What is needed. Across the records, find how many lines include the string "VECTOR" and answer with only the figure.

Stored data entries.
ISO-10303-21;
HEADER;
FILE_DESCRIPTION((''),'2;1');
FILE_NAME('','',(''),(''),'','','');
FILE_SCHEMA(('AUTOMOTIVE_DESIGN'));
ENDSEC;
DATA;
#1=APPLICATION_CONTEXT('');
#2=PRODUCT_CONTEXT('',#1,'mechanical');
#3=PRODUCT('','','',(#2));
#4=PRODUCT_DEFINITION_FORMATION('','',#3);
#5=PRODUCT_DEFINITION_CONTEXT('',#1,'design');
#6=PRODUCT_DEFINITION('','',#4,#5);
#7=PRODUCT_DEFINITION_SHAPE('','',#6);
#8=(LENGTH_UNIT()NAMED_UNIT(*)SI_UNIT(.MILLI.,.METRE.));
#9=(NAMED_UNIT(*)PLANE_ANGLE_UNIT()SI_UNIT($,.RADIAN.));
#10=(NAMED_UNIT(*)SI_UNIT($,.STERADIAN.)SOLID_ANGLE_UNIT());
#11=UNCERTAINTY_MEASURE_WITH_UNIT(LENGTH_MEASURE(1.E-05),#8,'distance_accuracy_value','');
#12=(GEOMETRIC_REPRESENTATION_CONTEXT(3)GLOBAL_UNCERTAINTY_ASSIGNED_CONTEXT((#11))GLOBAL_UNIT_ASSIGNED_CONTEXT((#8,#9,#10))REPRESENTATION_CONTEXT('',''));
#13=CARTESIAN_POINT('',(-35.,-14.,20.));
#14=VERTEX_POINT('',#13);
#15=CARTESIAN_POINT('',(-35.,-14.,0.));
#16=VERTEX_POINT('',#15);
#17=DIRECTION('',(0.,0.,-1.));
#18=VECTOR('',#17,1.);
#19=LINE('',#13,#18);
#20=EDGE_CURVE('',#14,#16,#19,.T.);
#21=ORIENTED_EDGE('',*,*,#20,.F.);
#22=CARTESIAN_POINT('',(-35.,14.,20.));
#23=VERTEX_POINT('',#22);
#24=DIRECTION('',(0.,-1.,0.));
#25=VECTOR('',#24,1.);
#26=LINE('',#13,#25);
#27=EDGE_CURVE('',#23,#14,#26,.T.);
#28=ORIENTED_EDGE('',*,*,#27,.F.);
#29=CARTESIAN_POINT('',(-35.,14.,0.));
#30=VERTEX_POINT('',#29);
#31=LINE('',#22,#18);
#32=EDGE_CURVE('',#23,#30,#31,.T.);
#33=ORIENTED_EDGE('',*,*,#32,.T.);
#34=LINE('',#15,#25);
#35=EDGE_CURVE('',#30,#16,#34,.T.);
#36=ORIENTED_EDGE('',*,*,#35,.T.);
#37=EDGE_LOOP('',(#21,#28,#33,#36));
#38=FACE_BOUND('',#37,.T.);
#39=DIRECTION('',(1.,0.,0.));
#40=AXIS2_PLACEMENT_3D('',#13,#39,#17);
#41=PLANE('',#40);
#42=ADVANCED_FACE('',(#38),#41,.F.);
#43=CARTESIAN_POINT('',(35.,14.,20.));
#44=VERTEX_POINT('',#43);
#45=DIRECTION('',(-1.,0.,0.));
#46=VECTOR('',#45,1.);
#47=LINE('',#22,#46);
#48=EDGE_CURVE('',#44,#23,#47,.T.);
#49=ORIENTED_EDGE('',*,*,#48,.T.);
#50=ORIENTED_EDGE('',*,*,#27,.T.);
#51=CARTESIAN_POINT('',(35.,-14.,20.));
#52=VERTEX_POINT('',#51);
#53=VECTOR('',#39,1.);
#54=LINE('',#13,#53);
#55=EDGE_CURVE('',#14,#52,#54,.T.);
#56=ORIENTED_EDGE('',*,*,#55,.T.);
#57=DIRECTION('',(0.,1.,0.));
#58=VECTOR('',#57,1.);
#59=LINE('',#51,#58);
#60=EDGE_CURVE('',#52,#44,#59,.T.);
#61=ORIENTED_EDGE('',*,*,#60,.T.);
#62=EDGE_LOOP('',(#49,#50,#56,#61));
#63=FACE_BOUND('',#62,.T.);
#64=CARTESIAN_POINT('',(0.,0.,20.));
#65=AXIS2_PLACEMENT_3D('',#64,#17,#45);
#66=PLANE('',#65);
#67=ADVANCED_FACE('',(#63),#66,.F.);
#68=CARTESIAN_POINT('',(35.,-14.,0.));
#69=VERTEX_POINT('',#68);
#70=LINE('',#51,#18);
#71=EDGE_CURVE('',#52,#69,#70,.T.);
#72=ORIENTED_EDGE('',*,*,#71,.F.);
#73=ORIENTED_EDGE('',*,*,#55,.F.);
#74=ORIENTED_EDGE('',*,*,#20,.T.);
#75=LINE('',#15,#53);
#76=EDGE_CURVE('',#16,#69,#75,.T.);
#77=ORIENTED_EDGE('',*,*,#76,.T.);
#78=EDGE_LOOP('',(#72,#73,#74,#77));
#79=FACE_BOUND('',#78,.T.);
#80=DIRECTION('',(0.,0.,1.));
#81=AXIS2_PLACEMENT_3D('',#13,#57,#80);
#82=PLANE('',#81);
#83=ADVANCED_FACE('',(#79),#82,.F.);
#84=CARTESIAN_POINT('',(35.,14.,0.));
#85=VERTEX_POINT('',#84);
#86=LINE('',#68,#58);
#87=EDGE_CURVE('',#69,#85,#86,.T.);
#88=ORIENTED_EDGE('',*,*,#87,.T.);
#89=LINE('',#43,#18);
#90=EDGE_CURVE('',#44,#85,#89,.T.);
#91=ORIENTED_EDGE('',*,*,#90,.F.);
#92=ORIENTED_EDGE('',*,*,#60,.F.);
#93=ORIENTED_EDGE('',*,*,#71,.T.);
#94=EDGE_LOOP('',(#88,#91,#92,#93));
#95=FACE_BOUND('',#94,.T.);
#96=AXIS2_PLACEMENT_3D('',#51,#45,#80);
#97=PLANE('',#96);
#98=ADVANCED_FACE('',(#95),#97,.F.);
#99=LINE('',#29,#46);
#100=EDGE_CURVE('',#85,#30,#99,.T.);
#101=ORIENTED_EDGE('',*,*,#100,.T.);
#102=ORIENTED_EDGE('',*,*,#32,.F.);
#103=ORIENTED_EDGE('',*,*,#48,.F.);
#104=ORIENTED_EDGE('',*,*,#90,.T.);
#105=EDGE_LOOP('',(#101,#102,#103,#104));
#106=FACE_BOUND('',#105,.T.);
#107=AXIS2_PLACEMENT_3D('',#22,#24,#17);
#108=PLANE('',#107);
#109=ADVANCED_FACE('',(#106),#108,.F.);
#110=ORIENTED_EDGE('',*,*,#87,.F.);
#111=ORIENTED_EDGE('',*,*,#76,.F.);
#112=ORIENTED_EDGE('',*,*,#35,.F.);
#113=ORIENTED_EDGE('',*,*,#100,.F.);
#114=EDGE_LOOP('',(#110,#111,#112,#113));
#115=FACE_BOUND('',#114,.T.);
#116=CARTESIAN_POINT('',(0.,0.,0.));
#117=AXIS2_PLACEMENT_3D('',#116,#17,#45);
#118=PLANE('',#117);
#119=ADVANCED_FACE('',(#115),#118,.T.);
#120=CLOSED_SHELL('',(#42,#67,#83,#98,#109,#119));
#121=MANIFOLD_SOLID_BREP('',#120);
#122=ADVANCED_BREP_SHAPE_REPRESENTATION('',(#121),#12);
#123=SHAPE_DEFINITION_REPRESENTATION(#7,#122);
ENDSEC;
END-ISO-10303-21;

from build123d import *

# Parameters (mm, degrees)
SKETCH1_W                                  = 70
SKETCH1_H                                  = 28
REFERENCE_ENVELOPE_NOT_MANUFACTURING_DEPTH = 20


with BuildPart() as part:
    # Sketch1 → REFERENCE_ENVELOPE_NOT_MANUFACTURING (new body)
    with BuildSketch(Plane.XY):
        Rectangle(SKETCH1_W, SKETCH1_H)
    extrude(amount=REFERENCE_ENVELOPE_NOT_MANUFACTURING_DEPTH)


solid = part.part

Answer to the problem. 5